▸ Aim of the task: Begin at the line below that has "e47 v44 v43 LINE" and stop after the line that has "v46 (20.05,-76.675389,-9.68)". Please restate only those lines, word for word.

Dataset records
%%

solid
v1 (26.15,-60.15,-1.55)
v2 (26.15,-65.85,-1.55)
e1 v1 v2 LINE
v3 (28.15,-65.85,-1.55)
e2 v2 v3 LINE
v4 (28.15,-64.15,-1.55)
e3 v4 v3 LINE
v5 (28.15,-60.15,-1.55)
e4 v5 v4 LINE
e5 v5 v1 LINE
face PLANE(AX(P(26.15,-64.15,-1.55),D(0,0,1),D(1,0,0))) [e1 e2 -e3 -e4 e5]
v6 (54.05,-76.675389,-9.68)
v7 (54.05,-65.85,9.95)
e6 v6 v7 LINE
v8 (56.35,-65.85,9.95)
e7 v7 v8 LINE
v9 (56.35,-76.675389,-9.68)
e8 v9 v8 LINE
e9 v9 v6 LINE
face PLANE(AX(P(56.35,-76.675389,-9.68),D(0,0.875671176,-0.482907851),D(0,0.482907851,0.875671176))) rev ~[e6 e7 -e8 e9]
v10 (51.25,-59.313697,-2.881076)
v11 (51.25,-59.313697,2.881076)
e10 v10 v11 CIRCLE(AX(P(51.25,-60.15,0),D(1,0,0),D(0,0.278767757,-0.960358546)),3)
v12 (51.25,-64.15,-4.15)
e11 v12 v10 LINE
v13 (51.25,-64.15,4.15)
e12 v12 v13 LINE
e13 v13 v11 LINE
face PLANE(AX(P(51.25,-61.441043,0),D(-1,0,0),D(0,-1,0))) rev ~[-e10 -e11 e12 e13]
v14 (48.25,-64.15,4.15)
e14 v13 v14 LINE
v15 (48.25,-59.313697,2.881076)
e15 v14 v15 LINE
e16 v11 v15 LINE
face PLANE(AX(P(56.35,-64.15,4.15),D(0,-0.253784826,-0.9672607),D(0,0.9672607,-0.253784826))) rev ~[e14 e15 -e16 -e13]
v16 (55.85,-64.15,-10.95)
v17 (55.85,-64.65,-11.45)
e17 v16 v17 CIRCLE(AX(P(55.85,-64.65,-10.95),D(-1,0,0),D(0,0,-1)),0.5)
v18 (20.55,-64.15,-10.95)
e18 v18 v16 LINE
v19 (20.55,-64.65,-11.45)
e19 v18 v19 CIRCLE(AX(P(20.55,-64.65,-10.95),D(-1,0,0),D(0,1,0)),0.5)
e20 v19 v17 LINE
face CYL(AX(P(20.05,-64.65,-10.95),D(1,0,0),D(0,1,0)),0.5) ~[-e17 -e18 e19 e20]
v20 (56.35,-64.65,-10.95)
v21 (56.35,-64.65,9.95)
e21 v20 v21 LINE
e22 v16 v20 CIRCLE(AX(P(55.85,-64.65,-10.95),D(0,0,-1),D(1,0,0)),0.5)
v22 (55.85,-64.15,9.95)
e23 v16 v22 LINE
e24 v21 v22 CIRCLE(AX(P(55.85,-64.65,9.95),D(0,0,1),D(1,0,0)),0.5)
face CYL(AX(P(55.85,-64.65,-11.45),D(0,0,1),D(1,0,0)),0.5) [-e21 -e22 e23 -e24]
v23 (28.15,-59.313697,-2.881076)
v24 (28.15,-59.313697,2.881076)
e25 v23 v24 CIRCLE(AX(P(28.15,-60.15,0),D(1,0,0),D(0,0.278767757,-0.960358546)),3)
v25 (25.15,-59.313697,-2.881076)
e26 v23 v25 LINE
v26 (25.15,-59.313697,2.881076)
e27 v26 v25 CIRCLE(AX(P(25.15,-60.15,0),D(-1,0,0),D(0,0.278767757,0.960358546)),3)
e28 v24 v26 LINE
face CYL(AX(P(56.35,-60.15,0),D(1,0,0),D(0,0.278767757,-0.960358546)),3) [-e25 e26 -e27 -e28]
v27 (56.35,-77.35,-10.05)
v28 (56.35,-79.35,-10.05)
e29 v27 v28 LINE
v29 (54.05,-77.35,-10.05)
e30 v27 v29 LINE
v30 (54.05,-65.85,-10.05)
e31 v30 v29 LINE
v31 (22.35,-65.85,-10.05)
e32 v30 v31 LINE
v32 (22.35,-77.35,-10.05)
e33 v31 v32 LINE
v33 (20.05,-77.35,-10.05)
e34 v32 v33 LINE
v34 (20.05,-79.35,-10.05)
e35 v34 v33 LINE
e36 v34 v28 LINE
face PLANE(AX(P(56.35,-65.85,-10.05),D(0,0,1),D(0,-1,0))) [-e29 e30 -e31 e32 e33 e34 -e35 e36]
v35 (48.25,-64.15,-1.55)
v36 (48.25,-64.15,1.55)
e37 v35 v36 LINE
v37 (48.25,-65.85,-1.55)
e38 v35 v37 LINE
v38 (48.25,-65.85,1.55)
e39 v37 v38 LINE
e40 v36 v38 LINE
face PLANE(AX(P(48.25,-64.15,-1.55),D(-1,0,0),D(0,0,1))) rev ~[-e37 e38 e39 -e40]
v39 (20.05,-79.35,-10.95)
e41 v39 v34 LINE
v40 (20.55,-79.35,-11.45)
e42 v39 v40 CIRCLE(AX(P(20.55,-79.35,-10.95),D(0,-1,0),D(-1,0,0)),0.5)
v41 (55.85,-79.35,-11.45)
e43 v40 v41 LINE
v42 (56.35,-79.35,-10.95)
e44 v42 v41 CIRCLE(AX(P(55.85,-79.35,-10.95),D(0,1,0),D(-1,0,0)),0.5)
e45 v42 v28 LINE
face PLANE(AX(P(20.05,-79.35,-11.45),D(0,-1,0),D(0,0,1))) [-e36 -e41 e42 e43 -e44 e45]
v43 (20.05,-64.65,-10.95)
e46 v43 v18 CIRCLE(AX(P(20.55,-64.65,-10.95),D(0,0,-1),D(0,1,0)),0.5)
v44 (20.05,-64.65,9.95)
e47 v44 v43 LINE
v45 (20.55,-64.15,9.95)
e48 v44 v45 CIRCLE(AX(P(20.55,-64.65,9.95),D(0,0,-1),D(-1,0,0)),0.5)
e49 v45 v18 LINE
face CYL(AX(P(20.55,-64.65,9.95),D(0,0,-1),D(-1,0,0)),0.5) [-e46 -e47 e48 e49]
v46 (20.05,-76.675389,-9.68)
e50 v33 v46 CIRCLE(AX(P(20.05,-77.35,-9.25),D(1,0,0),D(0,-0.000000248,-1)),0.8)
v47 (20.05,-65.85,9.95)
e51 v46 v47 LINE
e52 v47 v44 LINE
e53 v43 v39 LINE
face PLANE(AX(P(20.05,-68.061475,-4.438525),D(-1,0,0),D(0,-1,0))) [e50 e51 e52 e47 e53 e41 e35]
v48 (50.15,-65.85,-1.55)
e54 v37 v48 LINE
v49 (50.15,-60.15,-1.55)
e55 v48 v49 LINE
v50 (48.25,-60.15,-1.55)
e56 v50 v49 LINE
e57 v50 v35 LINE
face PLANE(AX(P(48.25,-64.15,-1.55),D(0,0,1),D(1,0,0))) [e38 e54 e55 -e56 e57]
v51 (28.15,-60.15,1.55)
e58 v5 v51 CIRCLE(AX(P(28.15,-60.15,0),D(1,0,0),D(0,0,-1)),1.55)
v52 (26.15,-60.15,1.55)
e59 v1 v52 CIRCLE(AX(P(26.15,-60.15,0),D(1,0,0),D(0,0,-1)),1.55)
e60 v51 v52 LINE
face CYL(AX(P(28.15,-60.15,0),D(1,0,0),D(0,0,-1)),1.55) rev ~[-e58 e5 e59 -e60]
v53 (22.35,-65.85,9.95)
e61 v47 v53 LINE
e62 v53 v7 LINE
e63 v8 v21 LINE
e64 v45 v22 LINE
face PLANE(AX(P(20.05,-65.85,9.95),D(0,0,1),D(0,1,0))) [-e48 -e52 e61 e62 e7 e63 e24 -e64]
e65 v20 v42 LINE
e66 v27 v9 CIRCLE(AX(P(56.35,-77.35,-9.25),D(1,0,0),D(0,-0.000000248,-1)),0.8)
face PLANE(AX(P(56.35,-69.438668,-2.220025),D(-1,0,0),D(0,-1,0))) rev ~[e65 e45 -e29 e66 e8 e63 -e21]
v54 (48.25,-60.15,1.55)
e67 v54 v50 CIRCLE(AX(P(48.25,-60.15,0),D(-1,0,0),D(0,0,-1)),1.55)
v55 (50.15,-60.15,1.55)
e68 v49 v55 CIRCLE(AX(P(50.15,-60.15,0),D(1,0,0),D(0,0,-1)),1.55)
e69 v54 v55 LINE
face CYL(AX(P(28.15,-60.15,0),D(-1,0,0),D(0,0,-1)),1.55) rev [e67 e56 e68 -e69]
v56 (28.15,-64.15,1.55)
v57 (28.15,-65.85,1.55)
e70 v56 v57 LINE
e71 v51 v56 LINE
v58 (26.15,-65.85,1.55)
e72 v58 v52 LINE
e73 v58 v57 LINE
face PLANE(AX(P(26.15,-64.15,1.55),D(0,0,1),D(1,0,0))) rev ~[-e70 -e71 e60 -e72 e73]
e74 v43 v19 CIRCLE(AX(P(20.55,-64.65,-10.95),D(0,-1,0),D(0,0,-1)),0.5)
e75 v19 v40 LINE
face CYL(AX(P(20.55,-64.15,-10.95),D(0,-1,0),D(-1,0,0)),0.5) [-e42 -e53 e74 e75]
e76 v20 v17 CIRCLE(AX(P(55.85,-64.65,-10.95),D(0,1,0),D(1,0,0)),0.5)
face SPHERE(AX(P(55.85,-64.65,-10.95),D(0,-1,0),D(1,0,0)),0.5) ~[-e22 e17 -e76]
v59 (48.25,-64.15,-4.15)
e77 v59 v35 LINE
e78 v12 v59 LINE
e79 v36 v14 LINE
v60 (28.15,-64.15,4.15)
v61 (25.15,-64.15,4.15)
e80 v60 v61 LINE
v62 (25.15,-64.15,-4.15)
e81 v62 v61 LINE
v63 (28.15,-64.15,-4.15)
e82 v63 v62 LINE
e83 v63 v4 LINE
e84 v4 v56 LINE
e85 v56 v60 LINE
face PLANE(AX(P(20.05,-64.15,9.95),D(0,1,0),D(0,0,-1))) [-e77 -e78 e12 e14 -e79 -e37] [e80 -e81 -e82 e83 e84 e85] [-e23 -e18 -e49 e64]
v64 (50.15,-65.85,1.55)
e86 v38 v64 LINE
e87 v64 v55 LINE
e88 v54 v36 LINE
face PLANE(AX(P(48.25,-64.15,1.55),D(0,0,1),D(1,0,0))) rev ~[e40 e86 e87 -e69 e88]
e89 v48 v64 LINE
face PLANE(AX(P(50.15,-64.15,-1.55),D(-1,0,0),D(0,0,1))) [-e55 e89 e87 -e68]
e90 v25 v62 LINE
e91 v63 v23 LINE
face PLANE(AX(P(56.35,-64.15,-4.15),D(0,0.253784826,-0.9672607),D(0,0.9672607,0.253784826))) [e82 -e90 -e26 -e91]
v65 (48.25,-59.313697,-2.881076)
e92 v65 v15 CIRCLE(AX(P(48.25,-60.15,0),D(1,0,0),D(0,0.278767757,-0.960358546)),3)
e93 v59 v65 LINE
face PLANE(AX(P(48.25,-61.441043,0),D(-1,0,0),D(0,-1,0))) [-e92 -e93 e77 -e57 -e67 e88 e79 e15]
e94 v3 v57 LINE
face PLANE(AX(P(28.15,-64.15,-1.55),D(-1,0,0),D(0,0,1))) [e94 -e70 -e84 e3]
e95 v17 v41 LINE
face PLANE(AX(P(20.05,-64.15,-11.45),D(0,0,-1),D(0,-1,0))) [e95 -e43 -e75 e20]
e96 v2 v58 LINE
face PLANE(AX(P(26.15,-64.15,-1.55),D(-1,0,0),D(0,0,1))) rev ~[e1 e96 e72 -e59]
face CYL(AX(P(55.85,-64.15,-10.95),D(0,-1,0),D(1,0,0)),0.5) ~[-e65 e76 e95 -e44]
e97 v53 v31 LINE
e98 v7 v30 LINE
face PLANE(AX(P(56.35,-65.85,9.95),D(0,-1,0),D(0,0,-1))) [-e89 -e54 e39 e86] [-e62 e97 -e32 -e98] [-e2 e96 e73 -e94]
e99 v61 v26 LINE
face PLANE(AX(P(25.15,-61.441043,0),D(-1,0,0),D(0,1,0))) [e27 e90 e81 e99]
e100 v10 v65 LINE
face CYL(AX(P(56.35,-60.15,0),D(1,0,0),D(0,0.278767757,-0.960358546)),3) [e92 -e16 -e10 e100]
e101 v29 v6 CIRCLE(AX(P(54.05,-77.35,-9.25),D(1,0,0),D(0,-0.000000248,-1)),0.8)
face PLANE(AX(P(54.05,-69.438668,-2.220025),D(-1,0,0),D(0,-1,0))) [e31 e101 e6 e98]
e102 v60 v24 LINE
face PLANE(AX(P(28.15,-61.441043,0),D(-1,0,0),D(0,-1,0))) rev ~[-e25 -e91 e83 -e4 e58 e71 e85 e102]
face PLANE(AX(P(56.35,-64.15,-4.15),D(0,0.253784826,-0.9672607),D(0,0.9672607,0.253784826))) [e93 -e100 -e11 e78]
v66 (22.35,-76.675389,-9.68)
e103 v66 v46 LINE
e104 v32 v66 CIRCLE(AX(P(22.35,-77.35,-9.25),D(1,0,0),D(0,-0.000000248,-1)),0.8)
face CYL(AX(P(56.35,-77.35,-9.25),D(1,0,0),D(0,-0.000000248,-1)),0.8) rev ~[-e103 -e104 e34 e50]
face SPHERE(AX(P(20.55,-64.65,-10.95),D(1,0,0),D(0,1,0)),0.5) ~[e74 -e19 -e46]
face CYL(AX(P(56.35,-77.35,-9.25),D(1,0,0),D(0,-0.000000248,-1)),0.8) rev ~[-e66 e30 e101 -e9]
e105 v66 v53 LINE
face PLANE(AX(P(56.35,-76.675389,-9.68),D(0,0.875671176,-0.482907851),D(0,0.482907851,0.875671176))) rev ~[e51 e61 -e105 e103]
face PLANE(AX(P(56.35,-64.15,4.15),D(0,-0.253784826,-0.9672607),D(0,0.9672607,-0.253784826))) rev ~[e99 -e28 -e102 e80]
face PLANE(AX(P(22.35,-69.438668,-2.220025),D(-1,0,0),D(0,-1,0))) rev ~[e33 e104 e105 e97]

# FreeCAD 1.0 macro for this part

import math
import FreeCAD as App
import Part
import Sketcher
Q = App.Units.Quantity


def edges_at(feature, points):
    """Names of the edges that pass closest to the given points."""
    edges = feature.Shape.Edges
    near = lambda p: min(range(len(edges)), key=lambda i: edges[i].distToShape(Part.Vertex(*p))[0])
    return sorted({f"Edge{near(p) + 1}" for p in points})


def add_polygon(sketch, points):
    """Adds a closed chain of lines whose ends are joined by coincident constraints."""
    first, n = sketch.GeometryCount, len(points)
    for a, b in zip(points, points[1:] + points[:1]):
        sketch.addGeometry(Part.LineSegment(App.Vector(*a, 0), App.Vector(*b, 0)), False)
    for i in range(n):
        sketch.addConstraint(Sketcher.Constraint("Coincident", first + i, 2, first + (i + 1) % n, 1))

doc = App.newDocument("Part")
params = doc.addObject("Spreadsheet::Sheet", "Params")
for row, (alias, value) in enumerate([
    ("sketch1_height", "20 mm"),
    ("sketch1_width", "15.2 mm"),
    ("sketch1_width2", "1.7 mm"),
    ("sketch1_height2", "1.4 mm"),
    ("pad1_length", "36.3 mm"),
    ("sketch2_radius", "3 mm"),
    ("sketch2_length", "4.999999 mm"),
    ("sketch2_height", "8.3 mm"),
    ("pad2_length", "36.3 mm"),
    ("sketch3_radius", "3 mm"),
    ("sketch3_length", "4.999999 mm"),
    ("sketch3_height", "8.3 mm"),
    ("pocket1_length", "28.2 mm"),
    ("sketch4_radius", "3 mm"),
    ("sketch4_length", "4.999999 mm"),
    ("sketch4_height", "8.3 mm"),
    ("pad3_length", "8.1 mm"),
    ("sketch5_radius", "3 mm"),
    ("sketch5_length", "4.999999 mm"),
    ("sketch5_height", "8.3 mm"),
    ("pocket2_length", "5.1 mm"),
    ("sketch6_radius", "3 mm"),
    ("sketch6_length", "4.999999 mm"),
    ("sketch6_height", "8.3 mm"),
    ("pocket3_length", "5.1 mm"),
    ("sketch7_width", "4 mm"),
    ("sketch7_radius", "1.55 mm"),
    ("pocket4_length", "2 mm"),
    ("sketch8_width", "4 mm"),
    ("sketch8_radius", "1.55 mm"),
    ("pocket5_length", "22 mm"),
    ("sketch9_height", "2 mm"),
    ("sketch9_width", "3.1 mm"),
    ("sketch9_height2", "1.9 mm"),
    ("pocket6_length", "1.7 mm"),
    ("sketch10_radius", "0.8 mm"),
    ("sketch10_height", "20 mm"),
    ("sketch10_width", "11.5 mm"),
    ("pad4_length", "36.3 mm"),
    ("sketch11_radius", "0.8 mm"),
    ("sketch11_height", "20 mm"),
    ("sketch11_width", "11.5 mm"),
    ("pocket7_length", "34 mm"),
    ("sketch12_radius", "0.8 mm"),
    ("sketch12_height", "20 mm"),
    ("sketch12_width", "11.5 mm"),
    ("pad5_length", "2.3 mm"),
    ("fillet_radius", "0.5 mm"),
], start=1):
    params.set(f"A{row}", alias)
    params.set(f"B{row}", "=" + value)
    params.setAlias(f"B{row}", alias)

body = doc.addObject("PartDesign::Body", "Body")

%%

▸ Solution below:
e47 v44 v43 LINE
v45 (20.55,-64.15,9.95)
e48 v44 v45 CIRCLE(AX(P(20.55,-64.65,9.95),D(0,0,-1),D(-1,0,0)),0.5)
e49 v45 v18 LINE
face CYL(AX(P(20.55,-64.65,9.95),D(0,0,-1),D(-1,0,0)),0.5) [-e46 -e47 e48 e49]
v46 (20.05,-76.675389,-9.68)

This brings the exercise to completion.